Since there is no federal statute requiring explicit tracking of CDD, as there is for hazardous waste,¹⁴ there is no single reporting system that would provide an authoritative source for tracking CDD disposal. Therefore, the CDDPath method synthesizes data from several data sources, including both public sources (e.g., US EPA and US states) and private sources (e.g., industry associations). This practice of combining data sources for development of federal statistics aligns with recent recommendations from the Committee on National Statistics of the National Academy of Sciences, in which the Committee recognizes the need to evaluate data source quality for fitness, i.e. appropriateness, of use.¹⁵ Furthermore, in a follow-up report,¹⁶ the Committee discusses frameworks for the formal assessment of data quality¹⁷. Here, it may be possible to adapt data quality assessment procedures from a field such as life cycle assessment, where disparate sources are frequently combined and systems for data quality scoring and aggregation have already been defined. Data quality assessment may also be complemented with descriptions of statistical spreads or ranges of error for data used in the method. This information can then be used in deterministic or probabilistic uncertainty or error assessment. Formal data quality assessments or uncertainty assessments have not yet been performed for the CDDPath estimates, but it would be a natural next step for understanding uncertainty associated with the disposition estimates and identifying where quality of the underlying data could most be improved.
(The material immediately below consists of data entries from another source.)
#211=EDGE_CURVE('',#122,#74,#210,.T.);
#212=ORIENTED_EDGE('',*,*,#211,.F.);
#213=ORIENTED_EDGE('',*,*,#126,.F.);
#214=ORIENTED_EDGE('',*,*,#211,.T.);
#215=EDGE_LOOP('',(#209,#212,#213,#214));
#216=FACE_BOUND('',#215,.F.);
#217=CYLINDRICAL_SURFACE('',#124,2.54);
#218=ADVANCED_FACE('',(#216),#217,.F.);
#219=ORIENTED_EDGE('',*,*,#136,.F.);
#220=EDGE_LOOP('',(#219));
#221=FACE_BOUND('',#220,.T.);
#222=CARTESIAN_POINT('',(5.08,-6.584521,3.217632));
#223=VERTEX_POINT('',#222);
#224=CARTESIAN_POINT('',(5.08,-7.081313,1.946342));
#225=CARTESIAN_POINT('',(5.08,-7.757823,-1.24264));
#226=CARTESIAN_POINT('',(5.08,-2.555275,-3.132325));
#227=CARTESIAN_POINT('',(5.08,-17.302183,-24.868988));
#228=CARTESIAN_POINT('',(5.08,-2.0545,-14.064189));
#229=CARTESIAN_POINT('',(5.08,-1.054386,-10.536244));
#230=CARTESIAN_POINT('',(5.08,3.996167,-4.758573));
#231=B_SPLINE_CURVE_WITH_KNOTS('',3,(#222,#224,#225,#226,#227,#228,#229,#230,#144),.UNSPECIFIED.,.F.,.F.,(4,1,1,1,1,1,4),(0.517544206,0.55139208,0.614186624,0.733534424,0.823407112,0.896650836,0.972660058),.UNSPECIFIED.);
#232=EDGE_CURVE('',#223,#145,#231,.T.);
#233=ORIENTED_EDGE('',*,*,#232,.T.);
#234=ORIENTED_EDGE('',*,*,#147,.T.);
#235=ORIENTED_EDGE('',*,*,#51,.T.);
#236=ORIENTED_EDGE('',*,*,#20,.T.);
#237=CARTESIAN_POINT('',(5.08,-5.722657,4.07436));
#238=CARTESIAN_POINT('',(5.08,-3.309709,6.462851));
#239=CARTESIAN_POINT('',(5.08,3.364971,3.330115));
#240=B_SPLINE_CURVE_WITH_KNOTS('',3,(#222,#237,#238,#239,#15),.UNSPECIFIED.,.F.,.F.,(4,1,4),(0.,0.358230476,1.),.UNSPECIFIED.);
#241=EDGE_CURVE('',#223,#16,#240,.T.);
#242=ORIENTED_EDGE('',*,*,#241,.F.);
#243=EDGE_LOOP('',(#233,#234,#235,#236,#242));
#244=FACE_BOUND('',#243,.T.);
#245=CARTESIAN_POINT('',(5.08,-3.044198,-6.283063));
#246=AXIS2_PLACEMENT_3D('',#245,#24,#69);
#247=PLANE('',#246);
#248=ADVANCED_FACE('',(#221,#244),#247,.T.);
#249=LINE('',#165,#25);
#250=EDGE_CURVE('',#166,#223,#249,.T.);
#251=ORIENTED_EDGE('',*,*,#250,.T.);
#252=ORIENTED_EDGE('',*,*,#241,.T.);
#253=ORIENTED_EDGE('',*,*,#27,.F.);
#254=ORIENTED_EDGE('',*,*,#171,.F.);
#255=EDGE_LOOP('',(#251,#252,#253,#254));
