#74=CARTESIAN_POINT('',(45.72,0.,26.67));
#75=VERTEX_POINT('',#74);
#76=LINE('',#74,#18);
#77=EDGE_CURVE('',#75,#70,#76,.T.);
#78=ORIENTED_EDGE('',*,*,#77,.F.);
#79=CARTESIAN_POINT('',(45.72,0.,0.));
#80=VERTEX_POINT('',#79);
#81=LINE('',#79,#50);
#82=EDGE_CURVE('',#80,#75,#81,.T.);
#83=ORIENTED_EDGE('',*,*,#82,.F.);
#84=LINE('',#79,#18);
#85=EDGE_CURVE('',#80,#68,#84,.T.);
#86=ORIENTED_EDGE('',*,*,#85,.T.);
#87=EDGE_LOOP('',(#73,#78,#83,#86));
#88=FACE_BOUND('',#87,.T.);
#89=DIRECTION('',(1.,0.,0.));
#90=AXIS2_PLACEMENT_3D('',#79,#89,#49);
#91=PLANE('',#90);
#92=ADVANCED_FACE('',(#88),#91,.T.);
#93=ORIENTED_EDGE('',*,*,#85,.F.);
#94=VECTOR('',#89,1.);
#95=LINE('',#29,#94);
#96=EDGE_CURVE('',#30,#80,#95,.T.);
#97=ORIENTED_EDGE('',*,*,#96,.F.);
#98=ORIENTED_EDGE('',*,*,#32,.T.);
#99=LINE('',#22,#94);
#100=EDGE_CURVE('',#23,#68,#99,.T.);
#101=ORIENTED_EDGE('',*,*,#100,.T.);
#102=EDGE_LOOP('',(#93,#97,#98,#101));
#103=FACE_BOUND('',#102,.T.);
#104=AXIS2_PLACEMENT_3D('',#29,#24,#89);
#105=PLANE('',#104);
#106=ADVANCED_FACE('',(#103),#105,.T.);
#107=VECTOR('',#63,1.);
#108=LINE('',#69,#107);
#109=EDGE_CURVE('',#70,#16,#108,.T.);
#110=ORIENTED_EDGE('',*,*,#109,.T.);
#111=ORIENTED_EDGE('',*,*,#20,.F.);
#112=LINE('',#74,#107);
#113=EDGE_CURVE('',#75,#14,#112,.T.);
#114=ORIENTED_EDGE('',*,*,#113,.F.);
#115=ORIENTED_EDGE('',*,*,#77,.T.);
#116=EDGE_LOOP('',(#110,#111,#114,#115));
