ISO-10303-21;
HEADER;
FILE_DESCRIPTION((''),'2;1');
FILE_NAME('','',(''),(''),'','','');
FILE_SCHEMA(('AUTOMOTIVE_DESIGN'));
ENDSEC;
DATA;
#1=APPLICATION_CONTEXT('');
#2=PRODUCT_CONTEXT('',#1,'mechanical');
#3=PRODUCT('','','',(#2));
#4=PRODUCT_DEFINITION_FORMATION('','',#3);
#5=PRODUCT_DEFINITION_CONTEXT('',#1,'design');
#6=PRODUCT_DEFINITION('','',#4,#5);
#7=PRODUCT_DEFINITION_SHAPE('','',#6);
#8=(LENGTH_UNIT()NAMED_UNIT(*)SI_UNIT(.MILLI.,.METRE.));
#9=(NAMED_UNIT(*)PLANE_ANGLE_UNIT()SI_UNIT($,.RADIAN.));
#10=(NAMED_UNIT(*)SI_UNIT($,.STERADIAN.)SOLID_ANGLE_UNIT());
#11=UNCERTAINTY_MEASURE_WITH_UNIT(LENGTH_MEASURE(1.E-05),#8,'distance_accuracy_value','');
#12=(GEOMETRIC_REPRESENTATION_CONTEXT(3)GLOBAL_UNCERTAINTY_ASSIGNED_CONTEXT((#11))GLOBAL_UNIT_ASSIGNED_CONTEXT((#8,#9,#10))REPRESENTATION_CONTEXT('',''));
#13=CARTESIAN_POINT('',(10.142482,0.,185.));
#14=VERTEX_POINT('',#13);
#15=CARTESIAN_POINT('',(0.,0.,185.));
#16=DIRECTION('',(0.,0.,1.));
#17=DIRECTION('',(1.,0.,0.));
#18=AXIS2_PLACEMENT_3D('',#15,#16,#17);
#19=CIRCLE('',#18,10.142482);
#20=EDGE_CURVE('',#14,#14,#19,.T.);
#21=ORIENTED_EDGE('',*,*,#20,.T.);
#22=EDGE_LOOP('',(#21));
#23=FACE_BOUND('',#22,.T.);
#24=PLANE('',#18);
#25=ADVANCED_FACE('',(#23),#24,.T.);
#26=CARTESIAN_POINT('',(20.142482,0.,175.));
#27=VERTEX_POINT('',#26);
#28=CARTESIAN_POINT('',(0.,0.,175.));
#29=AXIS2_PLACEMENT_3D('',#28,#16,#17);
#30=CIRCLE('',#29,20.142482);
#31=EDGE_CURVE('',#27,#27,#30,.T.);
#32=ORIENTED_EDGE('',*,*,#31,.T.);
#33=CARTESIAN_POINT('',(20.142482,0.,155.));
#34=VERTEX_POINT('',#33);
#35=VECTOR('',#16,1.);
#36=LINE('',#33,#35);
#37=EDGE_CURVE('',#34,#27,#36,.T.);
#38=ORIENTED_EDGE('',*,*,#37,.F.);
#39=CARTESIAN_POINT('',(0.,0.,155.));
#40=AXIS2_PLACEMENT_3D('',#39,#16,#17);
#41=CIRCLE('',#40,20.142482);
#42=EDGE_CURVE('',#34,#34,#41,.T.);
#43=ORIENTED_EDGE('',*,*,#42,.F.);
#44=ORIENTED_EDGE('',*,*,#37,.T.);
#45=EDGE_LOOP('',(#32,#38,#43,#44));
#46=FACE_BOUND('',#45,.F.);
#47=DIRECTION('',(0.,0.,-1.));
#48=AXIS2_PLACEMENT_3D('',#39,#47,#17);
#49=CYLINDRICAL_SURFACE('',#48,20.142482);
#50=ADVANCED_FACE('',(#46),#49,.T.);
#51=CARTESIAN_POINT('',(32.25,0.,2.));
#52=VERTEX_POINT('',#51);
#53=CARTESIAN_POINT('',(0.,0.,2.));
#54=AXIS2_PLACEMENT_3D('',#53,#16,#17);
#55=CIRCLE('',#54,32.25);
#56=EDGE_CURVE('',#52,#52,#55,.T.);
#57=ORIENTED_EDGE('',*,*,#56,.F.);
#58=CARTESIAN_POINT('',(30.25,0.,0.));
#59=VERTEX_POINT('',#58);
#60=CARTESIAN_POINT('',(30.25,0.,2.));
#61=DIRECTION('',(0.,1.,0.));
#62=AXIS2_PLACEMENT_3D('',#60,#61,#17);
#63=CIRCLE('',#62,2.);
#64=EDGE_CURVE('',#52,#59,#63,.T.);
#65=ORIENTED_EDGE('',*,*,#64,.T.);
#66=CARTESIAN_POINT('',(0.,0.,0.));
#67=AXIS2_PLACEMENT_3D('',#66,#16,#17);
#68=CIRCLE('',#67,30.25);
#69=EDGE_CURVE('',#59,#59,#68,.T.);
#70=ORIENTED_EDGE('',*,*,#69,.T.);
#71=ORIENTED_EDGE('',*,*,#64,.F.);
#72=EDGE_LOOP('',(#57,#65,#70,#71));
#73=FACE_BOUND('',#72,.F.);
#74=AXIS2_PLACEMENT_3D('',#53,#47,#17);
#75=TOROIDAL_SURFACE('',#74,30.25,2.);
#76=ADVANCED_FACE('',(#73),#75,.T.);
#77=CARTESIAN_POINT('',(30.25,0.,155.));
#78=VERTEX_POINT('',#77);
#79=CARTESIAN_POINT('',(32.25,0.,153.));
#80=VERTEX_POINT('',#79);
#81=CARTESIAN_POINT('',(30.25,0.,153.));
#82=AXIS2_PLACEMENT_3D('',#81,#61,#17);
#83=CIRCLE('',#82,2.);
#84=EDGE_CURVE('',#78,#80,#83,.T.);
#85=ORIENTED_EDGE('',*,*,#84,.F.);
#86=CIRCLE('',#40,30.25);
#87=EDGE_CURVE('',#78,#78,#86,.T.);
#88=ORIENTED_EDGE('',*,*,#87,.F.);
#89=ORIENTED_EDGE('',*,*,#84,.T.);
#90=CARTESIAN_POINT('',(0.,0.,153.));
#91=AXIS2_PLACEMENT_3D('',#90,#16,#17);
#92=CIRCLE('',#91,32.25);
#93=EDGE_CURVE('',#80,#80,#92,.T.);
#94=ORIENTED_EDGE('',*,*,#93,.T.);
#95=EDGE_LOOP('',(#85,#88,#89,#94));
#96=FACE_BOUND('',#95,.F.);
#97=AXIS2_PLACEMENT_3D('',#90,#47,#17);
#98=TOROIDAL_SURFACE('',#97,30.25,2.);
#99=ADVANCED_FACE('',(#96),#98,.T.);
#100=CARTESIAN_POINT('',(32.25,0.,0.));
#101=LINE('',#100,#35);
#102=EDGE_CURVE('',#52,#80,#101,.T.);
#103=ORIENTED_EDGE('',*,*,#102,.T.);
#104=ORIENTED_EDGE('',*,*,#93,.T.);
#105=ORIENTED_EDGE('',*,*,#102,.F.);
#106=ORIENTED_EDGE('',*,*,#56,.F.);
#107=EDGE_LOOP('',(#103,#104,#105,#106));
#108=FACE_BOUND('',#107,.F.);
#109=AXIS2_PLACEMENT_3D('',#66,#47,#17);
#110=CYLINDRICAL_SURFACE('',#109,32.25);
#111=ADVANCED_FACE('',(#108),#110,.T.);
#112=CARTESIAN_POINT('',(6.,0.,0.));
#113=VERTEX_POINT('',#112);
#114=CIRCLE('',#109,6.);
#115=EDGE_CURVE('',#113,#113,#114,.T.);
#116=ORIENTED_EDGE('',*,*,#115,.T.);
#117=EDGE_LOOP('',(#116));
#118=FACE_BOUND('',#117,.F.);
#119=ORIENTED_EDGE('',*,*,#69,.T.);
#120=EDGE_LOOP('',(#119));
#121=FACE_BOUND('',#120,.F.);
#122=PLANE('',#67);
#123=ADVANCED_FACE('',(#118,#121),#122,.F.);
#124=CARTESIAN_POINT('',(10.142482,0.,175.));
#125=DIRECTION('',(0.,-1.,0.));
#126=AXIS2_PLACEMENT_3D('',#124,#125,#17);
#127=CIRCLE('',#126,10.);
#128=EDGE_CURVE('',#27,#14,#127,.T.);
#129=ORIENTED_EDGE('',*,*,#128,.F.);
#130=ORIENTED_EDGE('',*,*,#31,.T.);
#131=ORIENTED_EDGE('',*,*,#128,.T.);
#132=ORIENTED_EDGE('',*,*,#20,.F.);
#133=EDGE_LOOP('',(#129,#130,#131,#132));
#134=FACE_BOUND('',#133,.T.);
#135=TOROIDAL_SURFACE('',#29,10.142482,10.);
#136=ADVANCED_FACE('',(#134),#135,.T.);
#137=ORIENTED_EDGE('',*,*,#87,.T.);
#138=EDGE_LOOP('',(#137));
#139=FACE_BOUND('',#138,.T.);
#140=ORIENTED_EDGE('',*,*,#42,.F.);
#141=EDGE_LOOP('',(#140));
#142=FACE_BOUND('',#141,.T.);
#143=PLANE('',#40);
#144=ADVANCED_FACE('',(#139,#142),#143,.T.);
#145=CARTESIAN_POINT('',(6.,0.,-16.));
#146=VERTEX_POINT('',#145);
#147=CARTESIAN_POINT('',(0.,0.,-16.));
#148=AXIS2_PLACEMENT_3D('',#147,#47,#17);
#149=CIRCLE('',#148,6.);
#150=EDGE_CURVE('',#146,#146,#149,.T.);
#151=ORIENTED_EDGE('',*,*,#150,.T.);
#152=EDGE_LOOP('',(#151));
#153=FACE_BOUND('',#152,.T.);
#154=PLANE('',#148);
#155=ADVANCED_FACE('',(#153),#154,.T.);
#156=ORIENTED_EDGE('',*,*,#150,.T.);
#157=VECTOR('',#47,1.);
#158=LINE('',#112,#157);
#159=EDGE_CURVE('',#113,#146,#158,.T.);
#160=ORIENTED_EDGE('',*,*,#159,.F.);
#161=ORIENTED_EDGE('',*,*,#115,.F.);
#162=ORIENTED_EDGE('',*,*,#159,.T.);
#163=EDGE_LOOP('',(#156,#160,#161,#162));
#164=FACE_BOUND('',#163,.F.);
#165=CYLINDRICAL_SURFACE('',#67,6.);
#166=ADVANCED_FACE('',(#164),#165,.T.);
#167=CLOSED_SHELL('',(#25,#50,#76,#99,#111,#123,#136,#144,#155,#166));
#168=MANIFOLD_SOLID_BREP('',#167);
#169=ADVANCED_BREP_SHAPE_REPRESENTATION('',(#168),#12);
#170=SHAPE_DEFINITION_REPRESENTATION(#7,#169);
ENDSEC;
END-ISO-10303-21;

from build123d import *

# Parameters (mm, degrees)
F0_R     = 32.25
F1_DEPTH = 155
F2_R     = 20.142482
F3_DEPTH = 30
F4_R     = 10
F5_R     = 6
F6_DEPTH = 16
F7_R     = 2


with BuildPart() as f1:
    # F0 (on Top) → F1 (new body)
    with BuildSketch(Plane.XY):
        Circle(F0_R)
    extrude(amount=F1_DEPTH)

    # F2 (on face) → F3 (join)
    with BuildSketch(Plane.XY.offset(155)):
        Circle(F2_R)
    extrude(amount=F3_DEPTH)

    # F4
    f4_edges = [f1.edges().sort_by_distance(p)[0] for p in [
        (-20.142482, 0, 185),
    ]]
    fillet(f4_edges, radius=F4_R)

    # F5 (on face) → F6 (join)
    with BuildSketch(Plane(origin=(0, 0, 0), x_dir=(1, 0, 0), z_dir=(0, 0, -1))):
        Circle(F5_R)
    extrude(amount=F6_DEPTH)

    # F7
    f7_edges = [f1.edges().sort_by_distance(p)[0] for p in [
        (-32.25, 0, 155),
        (-32.25, 0, 0),
    ]]
    fillet(f7_edges, radius=F7_R)


solid = f1.part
Management of CDD materials has significant implications for sustainability in the US, particularly with regard to environmental life-cycle impacts.¹⁸ Given the growing interest in quantifying life-cycle benefits of sustainable management of building materials associated with federal, state, and local programs as well as green building codes and voluntary standards, there is an increasing need for data to accurately represent these materials. End-of-life management data have largely been excluded from life cycle assessments in the US; sometimes data from Europe have been used as a proxy. However, EOL management estimates, coupled with appropriate life cycle inventory data describing EOL activities, are crucial in supporting more complete life cycle assessments of building materials and practices.

CDDPath represents the first known method for estimating final disposition of CDD materials by material and mass for the US. The method can be applied independently of generation estimates, so it can be applied across different estimates as they vary over time. It incorporates the best available sources for CDD materials data, including those from US state reports of CDD generation and disposition, as well as data on composition of the CDD waste stream from CDD processing facilities and CDD landfills. Future opportunities include researching how well CDDPath estimates align with known quantities and existing practices on the ground at various state facilities and regionally. There are also opportunities for the CDDPath method to be refined as state and national reporting practices evolve, and for it to be used as a starting point for answering similar EOL questions in other countries around the world.